European Fertility - Beyond the new myths

the Monday 24 November 2014 at INED, from 11.00 am until 12.30 pm, salle Sauvy

The Lundis de l’Ined weekly seminar is pleased to invite Ron Lesthaeghe, emeritus professor of the Royal Flemish Academy of Belgium for Science and the Arts, who will make a public presentation on “European Fertility – Beyond the new Myths.”

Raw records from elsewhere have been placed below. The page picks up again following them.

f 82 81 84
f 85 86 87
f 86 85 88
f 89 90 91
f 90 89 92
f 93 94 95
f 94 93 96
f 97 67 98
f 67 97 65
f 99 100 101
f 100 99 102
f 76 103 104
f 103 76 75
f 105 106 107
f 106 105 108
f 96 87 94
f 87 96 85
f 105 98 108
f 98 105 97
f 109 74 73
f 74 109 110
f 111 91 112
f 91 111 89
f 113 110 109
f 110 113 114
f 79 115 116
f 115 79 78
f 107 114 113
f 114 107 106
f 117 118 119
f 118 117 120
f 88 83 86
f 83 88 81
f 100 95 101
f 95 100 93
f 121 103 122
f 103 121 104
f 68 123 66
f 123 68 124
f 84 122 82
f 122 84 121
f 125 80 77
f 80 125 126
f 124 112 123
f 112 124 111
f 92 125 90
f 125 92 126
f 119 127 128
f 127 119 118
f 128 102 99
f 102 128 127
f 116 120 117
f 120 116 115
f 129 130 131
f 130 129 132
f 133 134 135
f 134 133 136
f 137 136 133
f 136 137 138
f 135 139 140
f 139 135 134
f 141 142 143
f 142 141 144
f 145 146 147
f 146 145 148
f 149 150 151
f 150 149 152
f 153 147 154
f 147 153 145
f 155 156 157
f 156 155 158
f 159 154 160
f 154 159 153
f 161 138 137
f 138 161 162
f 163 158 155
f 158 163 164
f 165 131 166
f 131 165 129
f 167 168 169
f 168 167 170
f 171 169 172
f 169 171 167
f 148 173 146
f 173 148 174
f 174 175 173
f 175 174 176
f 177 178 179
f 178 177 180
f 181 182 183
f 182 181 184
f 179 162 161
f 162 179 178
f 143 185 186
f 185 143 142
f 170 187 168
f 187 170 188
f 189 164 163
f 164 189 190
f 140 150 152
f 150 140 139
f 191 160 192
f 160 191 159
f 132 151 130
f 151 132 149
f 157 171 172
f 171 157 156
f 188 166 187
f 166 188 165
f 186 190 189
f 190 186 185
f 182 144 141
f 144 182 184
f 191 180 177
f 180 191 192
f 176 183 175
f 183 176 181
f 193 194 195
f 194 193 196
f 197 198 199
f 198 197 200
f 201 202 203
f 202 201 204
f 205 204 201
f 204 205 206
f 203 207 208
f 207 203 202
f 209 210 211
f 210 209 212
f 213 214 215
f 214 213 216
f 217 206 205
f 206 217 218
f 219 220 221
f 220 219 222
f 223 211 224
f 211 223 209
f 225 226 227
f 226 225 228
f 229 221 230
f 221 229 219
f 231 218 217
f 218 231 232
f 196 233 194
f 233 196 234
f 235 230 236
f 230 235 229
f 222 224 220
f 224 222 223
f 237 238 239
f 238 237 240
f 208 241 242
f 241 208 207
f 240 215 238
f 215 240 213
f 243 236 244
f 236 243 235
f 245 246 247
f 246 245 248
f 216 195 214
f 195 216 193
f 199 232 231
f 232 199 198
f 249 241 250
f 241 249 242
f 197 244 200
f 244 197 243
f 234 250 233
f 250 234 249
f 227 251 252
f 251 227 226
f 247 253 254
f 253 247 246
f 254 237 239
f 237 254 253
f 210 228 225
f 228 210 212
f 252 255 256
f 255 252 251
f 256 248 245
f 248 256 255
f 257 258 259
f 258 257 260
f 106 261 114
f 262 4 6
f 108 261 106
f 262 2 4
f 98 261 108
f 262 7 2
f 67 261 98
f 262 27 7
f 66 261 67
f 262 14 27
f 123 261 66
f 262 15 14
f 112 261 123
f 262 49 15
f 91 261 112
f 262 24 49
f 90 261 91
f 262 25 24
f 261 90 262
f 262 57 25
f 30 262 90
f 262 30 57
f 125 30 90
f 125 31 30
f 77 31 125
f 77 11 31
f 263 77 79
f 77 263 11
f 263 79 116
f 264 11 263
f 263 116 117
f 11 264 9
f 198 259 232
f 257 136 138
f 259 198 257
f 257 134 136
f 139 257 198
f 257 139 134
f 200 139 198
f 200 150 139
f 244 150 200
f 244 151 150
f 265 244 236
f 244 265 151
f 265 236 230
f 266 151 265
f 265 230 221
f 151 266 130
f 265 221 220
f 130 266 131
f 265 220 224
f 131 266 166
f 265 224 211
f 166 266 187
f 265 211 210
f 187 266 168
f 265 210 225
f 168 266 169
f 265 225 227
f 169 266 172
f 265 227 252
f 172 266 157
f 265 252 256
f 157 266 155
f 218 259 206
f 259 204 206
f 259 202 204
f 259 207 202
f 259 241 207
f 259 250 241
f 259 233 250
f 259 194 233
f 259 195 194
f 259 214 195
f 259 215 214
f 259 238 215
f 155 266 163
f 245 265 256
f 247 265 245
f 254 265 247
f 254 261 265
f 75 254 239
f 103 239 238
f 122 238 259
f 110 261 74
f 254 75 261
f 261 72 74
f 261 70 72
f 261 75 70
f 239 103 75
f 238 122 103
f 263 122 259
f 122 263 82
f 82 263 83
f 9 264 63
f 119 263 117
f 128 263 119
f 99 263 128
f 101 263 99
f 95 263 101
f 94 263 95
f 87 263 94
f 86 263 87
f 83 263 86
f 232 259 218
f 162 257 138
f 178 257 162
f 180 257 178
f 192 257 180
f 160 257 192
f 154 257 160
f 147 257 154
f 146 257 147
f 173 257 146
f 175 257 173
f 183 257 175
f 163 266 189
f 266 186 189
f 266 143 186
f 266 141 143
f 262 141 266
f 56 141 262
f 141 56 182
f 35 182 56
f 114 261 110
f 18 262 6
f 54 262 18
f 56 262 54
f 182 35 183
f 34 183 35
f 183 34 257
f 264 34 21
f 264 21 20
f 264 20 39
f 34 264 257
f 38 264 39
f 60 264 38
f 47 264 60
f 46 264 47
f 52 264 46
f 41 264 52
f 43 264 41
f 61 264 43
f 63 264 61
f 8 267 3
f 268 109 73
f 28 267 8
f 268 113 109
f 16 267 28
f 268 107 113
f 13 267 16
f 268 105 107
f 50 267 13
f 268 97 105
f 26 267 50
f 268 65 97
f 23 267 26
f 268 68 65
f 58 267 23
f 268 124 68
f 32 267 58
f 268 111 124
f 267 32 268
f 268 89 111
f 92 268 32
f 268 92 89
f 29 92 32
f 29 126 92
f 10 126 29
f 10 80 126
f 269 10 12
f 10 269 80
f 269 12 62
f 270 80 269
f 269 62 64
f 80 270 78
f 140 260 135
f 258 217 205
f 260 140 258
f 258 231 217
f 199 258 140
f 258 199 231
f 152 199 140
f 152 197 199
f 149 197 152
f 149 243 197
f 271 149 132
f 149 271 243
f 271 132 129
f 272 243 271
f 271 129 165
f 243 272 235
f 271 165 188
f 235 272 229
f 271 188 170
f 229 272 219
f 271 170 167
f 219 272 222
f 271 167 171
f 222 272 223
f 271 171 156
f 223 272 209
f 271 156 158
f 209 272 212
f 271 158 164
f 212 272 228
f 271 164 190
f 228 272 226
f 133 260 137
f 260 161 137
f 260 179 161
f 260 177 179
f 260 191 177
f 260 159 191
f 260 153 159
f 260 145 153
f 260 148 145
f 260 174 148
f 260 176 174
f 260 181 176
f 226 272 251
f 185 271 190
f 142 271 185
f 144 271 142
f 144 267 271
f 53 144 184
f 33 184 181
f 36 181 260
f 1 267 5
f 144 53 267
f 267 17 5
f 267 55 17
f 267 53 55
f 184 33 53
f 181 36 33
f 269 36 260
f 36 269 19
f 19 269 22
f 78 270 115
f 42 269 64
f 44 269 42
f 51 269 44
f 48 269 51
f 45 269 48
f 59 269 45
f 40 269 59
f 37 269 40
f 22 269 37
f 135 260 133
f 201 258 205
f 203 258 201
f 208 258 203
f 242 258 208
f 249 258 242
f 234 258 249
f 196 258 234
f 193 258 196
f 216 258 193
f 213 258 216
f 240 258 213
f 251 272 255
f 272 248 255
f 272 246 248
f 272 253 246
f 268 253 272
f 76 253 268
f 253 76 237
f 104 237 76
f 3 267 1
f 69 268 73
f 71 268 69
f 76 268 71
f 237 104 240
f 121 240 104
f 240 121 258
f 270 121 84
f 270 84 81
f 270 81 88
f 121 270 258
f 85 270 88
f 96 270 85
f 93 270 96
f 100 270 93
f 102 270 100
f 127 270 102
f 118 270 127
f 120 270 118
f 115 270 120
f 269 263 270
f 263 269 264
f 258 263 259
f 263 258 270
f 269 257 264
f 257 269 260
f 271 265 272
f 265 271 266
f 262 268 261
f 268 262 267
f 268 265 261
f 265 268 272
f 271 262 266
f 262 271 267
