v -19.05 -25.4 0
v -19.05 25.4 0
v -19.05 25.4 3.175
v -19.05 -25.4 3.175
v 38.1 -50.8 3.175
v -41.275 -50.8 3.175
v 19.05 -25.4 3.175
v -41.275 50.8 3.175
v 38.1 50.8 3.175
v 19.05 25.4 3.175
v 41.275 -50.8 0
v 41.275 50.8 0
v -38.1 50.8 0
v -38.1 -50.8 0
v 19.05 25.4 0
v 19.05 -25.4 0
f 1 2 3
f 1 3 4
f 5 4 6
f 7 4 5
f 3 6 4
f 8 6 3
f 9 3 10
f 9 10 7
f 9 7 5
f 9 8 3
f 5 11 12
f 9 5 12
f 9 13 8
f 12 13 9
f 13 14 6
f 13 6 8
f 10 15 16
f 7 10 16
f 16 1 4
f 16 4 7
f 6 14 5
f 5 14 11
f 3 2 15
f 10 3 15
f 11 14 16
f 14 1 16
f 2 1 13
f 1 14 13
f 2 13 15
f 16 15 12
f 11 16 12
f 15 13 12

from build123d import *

# Parameters (mm, degrees)
F0_W     = 82.55
F0_H     = 101.6
F1_DEPTH = 3.175
F2_SIZE  = 3.17499
F3_W     = 38.1
F3_H     = 50.8
F4_DEPTH = 3.175
F5_SIZE  = 3.17499


# Not quite as in the source:
# - a fillet or chamfer is up to 0.001 mm smaller than in the source, because OpenCascade refuses the exact size


with BuildPart() as f1:
    # F0 (on Top) → F1 (new body)
    with BuildSketch(Plane.XY):
        Rectangle(F0_W, F0_H)
    extrude(amount=F1_DEPTH)

    # F2 (size 3.175 in the source; OpenCascade refuses exactly that, so slightly less here)
    f2_edges = [f1.edges().sort_by_distance(p)[0] for p in [
        (-41.275, 0, 0),
    ]]
    chamfer(f2_edges, length=F2_SIZE)

    # F3 (on face) → F4 (cut)
    with BuildSketch(Plane(origin=(0, 0, 0), x_dir=(1, 0, 0), z_dir=(0, 0, -1))):
        Rectangle(F3_W, F3_H)
    extrude(amount=-F4_DEPTH, mode=Mode.SUBTRACT)

    # F5 (size 3.175 in the source; OpenCascade refuses exactly that, so slightly less here)
    f5_edges = [f1.edges().sort_by_distance(p)[0] for p in [
        (41.275, 0, 3.175),
    ]]
    chamfer(f5_edges, length=F5_SIZE)


solid = f1.part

Discussant: Laurent Toulemon, INED research unit on fertility, family and sexuality

You are welcome from 10:30 AM

After at least two decades of sub-replacement fertility in virtually all European countries, some theories expect a reversal of the decline whereas others see a “low fertility trap”. In this article we take a longitudinal, life-cycle view of fertility rather than operate with the classic period TFR, and document how two clusters of countries and regions of respectively higher versus lower fertility have come into existence. We refute the statistical basis of fertility rising with improving human development (HDI) or any other such general composite index, including these pretending to capture gender inequality. Instead we show that the bottlenecks are much more specific and are due to particular mixes of factors in the various countries. We predict the continuation of structural below replacement fertility for the second decade of the 21st Century in Europe, but at very different levels. Also, German-speaking countries could escape from the low fertility trap if they adjust their child-care and school organization, but for southern European and formerly Communist countries (FCCs), that escape will be more difficult given the existence of multiple disadvantages.

 

Ron Lesthaeghe

Professor Lesthaeghe’s research has been in the various subfields of demography : historical, social and economic, and mainly covering populations of Europe and of sub-Saharan Africa. He has also done research in the fields of cultural change in Europe and of ethnic minorities studies. He is currently examining the Second Demographic Transition, which stresses the importance of ideational changes affecting demographic behavior related to the formation/dissolution of unions and marital/non-marital fertility behavior.